In the early 1980s, Ethernet links became commercially available. This was a new type of link (previous links were point-to-point, meaning there were only two computers on each link), and Perlman had to modify her routing protocol to work efficiently with some links shared by hundreds of nodes. Unfortunately, some people started deploying computers with the assumption that the entire network consisted of a single Ethernet link. Perlman stated, “I wish Ethernet had been called Etherlink. Ethernet is not an entire network. It is a link in a network.”
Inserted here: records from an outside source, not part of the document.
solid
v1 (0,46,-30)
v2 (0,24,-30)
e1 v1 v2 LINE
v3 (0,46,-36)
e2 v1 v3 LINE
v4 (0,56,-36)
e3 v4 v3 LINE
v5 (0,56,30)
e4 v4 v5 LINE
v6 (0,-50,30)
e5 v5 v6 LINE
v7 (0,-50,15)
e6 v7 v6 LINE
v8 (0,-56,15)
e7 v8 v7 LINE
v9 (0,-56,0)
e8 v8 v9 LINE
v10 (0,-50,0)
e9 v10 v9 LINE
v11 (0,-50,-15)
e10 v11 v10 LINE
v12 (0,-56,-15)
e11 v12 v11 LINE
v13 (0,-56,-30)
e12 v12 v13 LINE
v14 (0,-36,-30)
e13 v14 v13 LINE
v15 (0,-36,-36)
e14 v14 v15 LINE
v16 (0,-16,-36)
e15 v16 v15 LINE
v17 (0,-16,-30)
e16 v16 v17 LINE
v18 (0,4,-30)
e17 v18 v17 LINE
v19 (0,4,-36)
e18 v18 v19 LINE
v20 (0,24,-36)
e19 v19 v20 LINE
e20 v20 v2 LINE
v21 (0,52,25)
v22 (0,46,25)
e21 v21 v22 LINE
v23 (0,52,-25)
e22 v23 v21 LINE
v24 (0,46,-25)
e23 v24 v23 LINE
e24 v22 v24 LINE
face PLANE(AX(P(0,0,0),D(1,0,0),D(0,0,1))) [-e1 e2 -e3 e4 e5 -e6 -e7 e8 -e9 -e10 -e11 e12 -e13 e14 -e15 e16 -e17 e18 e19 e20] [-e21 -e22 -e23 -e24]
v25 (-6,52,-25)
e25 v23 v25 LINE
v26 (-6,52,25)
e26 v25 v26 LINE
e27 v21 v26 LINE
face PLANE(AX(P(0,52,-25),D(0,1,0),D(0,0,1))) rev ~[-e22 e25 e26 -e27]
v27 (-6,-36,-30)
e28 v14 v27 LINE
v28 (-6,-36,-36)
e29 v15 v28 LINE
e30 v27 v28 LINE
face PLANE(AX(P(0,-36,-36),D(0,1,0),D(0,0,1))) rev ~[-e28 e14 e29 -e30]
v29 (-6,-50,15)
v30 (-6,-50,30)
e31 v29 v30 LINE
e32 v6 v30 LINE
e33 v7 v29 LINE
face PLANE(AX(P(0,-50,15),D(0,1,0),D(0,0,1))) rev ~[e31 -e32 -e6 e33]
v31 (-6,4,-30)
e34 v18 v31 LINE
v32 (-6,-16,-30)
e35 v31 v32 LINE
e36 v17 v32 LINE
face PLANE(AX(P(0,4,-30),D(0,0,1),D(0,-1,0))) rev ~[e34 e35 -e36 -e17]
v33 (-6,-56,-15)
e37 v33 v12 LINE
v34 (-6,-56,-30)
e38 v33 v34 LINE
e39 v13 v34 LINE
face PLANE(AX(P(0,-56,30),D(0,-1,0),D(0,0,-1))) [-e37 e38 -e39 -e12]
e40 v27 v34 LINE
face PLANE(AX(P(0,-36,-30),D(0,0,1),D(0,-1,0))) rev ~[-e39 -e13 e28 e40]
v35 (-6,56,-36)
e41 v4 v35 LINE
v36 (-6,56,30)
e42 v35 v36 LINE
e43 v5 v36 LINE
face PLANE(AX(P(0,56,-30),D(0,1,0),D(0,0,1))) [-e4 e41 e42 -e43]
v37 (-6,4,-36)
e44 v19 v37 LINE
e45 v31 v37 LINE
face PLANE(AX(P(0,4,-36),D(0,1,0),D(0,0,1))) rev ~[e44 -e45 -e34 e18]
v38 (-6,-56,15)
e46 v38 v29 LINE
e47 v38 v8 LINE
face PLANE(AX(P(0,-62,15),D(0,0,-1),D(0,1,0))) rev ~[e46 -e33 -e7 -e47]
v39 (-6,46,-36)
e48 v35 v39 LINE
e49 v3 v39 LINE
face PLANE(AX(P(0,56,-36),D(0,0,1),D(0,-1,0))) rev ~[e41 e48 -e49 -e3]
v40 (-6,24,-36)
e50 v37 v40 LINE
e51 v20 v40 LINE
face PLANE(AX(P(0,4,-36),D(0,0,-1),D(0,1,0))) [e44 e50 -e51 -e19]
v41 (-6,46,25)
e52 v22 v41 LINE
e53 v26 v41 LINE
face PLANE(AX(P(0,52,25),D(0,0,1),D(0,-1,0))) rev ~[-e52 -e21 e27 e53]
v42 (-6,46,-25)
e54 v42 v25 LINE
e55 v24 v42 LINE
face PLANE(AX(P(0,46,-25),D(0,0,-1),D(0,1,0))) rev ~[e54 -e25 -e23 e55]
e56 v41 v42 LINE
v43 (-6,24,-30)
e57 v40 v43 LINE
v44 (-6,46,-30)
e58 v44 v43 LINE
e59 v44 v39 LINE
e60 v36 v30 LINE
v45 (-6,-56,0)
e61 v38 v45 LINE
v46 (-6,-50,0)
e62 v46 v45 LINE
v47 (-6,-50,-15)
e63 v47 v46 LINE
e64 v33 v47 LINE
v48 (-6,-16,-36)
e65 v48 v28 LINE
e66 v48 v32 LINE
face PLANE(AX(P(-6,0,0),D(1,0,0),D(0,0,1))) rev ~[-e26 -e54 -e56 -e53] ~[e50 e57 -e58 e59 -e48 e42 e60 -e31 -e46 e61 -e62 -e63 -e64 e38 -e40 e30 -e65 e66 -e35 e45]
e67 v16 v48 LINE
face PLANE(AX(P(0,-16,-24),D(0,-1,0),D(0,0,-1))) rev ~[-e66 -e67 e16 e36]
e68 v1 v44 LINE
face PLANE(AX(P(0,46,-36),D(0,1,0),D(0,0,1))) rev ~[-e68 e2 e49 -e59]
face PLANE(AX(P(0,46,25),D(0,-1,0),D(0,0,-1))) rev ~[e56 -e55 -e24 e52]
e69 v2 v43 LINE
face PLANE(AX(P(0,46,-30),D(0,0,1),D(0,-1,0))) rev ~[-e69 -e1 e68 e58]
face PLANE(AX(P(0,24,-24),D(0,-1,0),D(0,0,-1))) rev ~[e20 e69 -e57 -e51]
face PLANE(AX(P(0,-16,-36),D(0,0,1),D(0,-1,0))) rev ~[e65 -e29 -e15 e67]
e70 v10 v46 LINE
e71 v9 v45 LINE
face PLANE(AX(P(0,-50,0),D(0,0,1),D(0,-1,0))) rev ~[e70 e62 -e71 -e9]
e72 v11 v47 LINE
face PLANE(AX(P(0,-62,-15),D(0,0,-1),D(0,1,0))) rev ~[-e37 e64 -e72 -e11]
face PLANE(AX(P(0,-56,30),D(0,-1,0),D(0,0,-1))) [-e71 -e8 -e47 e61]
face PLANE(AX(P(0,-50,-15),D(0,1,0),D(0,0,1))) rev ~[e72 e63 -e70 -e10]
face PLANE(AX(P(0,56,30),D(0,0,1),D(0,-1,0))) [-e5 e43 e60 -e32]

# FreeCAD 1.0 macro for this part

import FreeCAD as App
import Part
import Sketcher
from FreeCAD import Vector
Q = App.Units.Quantity


def add_polygon(sketch, points):
    """Adds a closed chain of lines whose ends are joined by coincident constraints."""
    first, n = sketch.GeometryCount, len(points)
    for a, b in zip(points, points[1:] + points[:1]):
        sketch.addGeometry(Part.LineSegment(App.Vector(*a, 0), App.Vector(*b, 0)), False)
    for i in range(n):
        sketch.addConstraint(Sketcher.Constraint("Coincident", first + i, 2, first + (i + 1) % n, 1))

doc = App.newDocument("Part")
body = doc.addObject("PartDesign::Body", "Body")

sketch1 = body.newObject("Sketcher::SketchObject", "Sketch")
sketch1.AttachmentSupport = (doc.getObject("YZ_Plane"), [""])
sketch1.MapMode = "FlatFace"
add_polygon(sketch1, [(-56, 30), (-56, -30), (56, -30), (56, 30)])
sketch1.addConstraint(Sketcher.Constraint("Vertical", 0))
sketch1.addConstraint(Sketcher.Constraint("Horizontal", 1))
sketch1.addConstraint(Sketcher.Constraint("Vertical", 2))
sketch1.addConstraint(Sketcher.Constraint("Horizontal", 3))
sketch1.addConstraint(Sketcher.Constraint("Symmetric", 0, 2, 2, 2, -1, 1))
sketch1.addConstraint(Sketcher.Constraint("DistanceX", 0, 2, -1, 1, Q("56 mm")))
sketch1.addConstraint(Sketcher.Constraint("DistanceY", 0, 2, 0, 1, Q("60 mm")))
pad1 = body.newObject("PartDesign::Pad", "Pad")
pad1.Profile = sketch1
pad1.Length = 6
pad1.Reversed = True

sketch2 = body.newObject("Sketcher::SketchObject", "Sketch001")
sketch2.AttachmentSupport = (doc.getObject("YZ_Plane"), [""])
sketch2.MapMode = "FlatFace"
add_polygon(sketch2, [(-62, 30), (-62, 15), (-50, 15), (-50, 30)])
sketch2.addConstraint(Sketcher.Constraint("Vertical", 0))
sketch2.addConstraint(Sketcher.Constraint("Horizontal", 1))
sketch2.addConstraint(Sketcher.Constraint("Vertical", 2))
sketch2.addConstraint(Sketcher.Constraint("Horizontal", 3))
sketch2.addConstraint(Sketcher.Constraint("DistanceX", 0, 2, -1, 1, Q("62 mm")))
sketch2.addConstraint(Sketcher.Constraint("DistanceX", 1, 2, -1, 1, Q("50 mm")))
sketch2.addConstraint(Sketcher.Constraint("DistanceY", 0, 2, 0, 1, Q("15 mm")))
sketch2.addConstraint(Sketcher.Constraint("DistanceY", -1, 1, 0, 2, Q("15 mm")))
pocket1 = body.newObject("PartDesign::Pocket", "Pocket")
pocket1.Profile = sketch2
pocket1.Type = "ThroughAll"

sketch3 = body.newObject("Sketcher::SketchObject", "Sketch002")
sketch3.AttachmentSupport = (doc.getObject("YZ_Plane"), [""])
sketch3.MapMode = "FlatFace"
add_polygon(sketch3, [(-62, 0), (-62, -15), (-50, -15), (-50, 0)])
sketch3.addConstraint(Sketcher.Constraint("Vertical", 0))
sketch3.addConstraint(Sketcher.Constraint("Horizontal", 1))
sketch3.addConstraint(Sketcher.Constraint("Vertical", 2))
sketch3.addConstraint(Sketcher.Constraint("Horizontal", 3))
sketch3.addConstraint(Sketcher.Constraint("PointOnObject", 2, 2, -1))
sketch3.addConstraint(Sketcher.Constraint("DistanceX", 0, 2, -1, 1, Q("62 mm")))
sketch3.addConstraint(Sketcher.Constraint("DistanceX", 1, 2, -1, 1, Q("50 mm")))
sketch3.addConstraint(Sketcher.Constraint("DistanceY", 0, 2, 0, 1, Q("15 mm")))
pocket2 = body.newObject("PartDesign::Pocket", "Pocket001")
pocket2.Profile = sketch3
pocket2.Type = "ThroughAll"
Although a real routing protocol, such as what Perlman had already designed, would be better than STP as a solution for moving data in a multilink network, a real routing protocol requires computers to cooperate with the routers by putting data in an envelope the routers understand. When Perlman originally invented STP, the challenge was to enable multilink networks with the already-deployed computers. Perlman said, “I assumed STP was a short-term fix that would last a few months until the deployed nodes could be upgraded to work with existing routers.” However, STP was so simple and easy to manage that it remains widely deployed today.
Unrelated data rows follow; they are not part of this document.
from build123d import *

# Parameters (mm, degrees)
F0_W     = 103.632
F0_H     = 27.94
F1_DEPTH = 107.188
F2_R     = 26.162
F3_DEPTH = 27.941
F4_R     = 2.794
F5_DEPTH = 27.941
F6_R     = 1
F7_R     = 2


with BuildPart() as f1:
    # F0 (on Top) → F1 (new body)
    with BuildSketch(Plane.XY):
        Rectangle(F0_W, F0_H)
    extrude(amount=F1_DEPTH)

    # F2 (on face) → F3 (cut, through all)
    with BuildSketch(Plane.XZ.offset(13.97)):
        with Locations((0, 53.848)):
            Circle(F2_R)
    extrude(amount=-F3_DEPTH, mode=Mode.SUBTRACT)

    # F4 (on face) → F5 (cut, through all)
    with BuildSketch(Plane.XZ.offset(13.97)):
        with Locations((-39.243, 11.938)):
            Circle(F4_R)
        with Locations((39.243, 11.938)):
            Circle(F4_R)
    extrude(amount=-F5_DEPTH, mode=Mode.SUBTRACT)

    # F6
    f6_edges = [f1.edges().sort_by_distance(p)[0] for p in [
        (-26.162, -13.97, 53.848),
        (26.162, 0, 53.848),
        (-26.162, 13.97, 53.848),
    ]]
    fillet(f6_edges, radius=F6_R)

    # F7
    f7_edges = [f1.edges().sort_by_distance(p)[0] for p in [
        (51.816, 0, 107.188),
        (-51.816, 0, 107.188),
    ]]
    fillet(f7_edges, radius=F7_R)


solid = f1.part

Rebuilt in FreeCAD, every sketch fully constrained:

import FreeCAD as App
import Part
import Sketcher

V = App.Vector
Q = App.Units.Quantity


def edges_at(feature, points):
    """Names of the edges that pass closest to the given points."""
    edges = feature.Shape.Edges
    near = lambda p: min(range(len(edges)), key=lambda i: edges[i].distToShape(Part.Vertex(*p))[0])
    return sorted({f"Edge{near(p) + 1}" for p in points})


def add_polygon(sketch, points):
    """Adds a closed chain of lines whose ends are joined by coincident constraints."""
    first, n = sketch.GeometryCount, len(points)
    for a, b in zip(points, points[1:] + points[:1]):
        sketch.addGeometry(Part.LineSegment(App.Vector(*a, 0), App.Vector(*b, 0)), False)
    for i in range(n):
        sketch.addConstraint(Sketcher.Constraint("Coincident", first + i, 2, first + (i + 1) % n, 1))

doc = App.newDocument("Part")
body = doc.addObject("PartDesign::Body", "Body")

sketch1 = doc.addObject("Sketcher::SketchObject", "Sketch")
body.addObject(sketch1)
sketch1.AttachmentSupport = (doc.XY_Plane, [""])
sketch1.MapMode = "FlatFace"
add_polygon(sketch1, [(-51.816, 13.97), (-51.816, -13.97), (51.816, -13.97), (51.816, 13.97)])
sketch1.addConstraint(Sketcher.Constraint("Vertical", 0))
sketch1.addConstraint(Sketcher.Constraint("Horizontal", 1))
sketch1.addConstraint(Sketcher.Constraint("Vertical", 2))
sketch1.addConstraint(Sketcher.Constraint("Horizontal", 3))
sketch1.addConstraint(Sketcher.Constraint("Symmetric", 0, 2, 2, 2, -1, 1))
sketch1.addConstraint(Sketcher.Constraint("DistanceY", 0, 2, 0, 1, Q("1.1 in")))
sketch1.addConstraint(Sketcher.Constraint("DistanceX", 1, 1, 1, 2, Q("4.08 in")))
pad1 = doc.addObject("PartDesign::Pad", "Pad")
body.addObject(pad1)
pad1.Profile = sketch1
pad1.Length = Q("4.22 in")

sketch2 = doc.addObject("Sketcher::SketchObject", "Sketch001")
body.addObject(sketch2)
sketch2.AttachmentSupport = (doc.XZ_Plane, [""])
sketch2.MapMode = "FlatFace"
sketch2.AttachmentOffset = App.Placement(V(0, 0, 0.55 * 25.4), App.Rotation())
sketch2.addGeometry(Part.Circle(V(0, 53.848, 0), V(0, 0, 1), 26.162), False)
sketch2.addConstraint(Sketcher.Constraint("PointOnObject", 0, 3, -2))
sketch2.addConstraint(Sketcher.Constraint("Diameter", 0, Q("2.06 in")))
sketch2.addConstraint(Sketcher.Constraint("DistanceY", -1, 1, 0, 3, Q("2.12 in")))
pocket1 = doc.addObject("PartDesign::Pocket", "Pocket")
body.addObject(pocket1)
pocket1.Profile = sketch2
pocket1.Type = "ThroughAll"

sketch3 = doc.addObject("Sketcher::SketchObject", "Sketch002")
body.addObject(sketch3)
sketch3.AttachmentSupport = (doc.XZ_Plane, [""])
sketch3.MapMode = "FlatFace"
sketch3.AttachmentOffset = App.Placement(V(0, 0, 0.55 * 25.4), App.Rotation())
sketch3.addGeometry(Part.Circle(V(-39.243, 11.938, 0), V(0, 0, 1), 2.794), False)
sketch3.addGeometry(Part.Circle(V(39.243, 11.938, 0), V(0, 0, 1), 2.794), False)
sketch3.addConstraint(Sketcher.Constraint("Equal", 0, 1))
sketch3.addConstraint(Sketcher.Constraint("Symmetric", 0, 3, 1, 3, -2))
sketch3.addConstraint(Sketcher.Constraint("Diameter", 0, Q("0.22 in")))
sketch3.addConstraint(Sketcher.Constraint("DistanceY", -1, 1, 0, 3, Q("0.47 in")))
sketch3.addConstraint(Sketcher.Constraint("DistanceX", 0, 3, 1, 3, Q("3.09 in")))
pocket2 = doc.addObject("PartDesign::Pocket", "Pocket001")
body.addObject(pocket2)
pocket2.Profile = sketch3
pocket2.Type = "ThroughAll"
doc.recompute()

fillet = doc.addObject("PartDesign::Fillet", "Fillet")
body.addObject(fillet)
fillet.Base = (pocket2, edges_at(pocket2, [(-26.162, -13.97, 53.848), (26.162, 0, 53.848), (-26.162, 13.97, 53.848)]))
fillet.Radius = 1
doc.recompute()

fillet2 = doc.addObject("PartDesign::Fillet", "Fillet001")
body.addObject(fillet2)
fillet2.Base = (fillet, edges_at(fillet, [(51.816, 0, 107.188), (-51.816, 0, 107.188)]))
fillet2.Radius = 2

doc.recompute()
Returning to MIT, Perlman earned her doctorate in computer science in 1988. Her thesis expanded network resilience by having networks function despite misbehaving nodes participating in the network.
Perlman continues to make contributions to the industry in the areas of network protocols and network security, and she continues her passion for teaching. She is the author of “Interconnections,” a widely read text on network routing and bridging, and co-author of “Network Security,” a text on cryptography and how it is used in networks. She is currently co-teaching a class based on “Network Security” at Texas A&M University.
Perlman holds more than 200 U.S. patents. Her many honors include induction into the National Academy of Engineering and the Internet Hall of Fame, and lifetime achievement awards from ACM's SIGCOMM and USENIX. She is currently a Dell Technologies fellow, as well as a fellow of ACM and IEEE.
To encourage the next generation of creators and innovators, Perlman has served as a Judge for the Collegiate Inventors Competition® and visited Camp Invention® program sites, where children engage in hands-on invention. "The Camp Invention experience is that invention is for everyone,” said Perlman. “It is pure joy, collaboration and excitement.”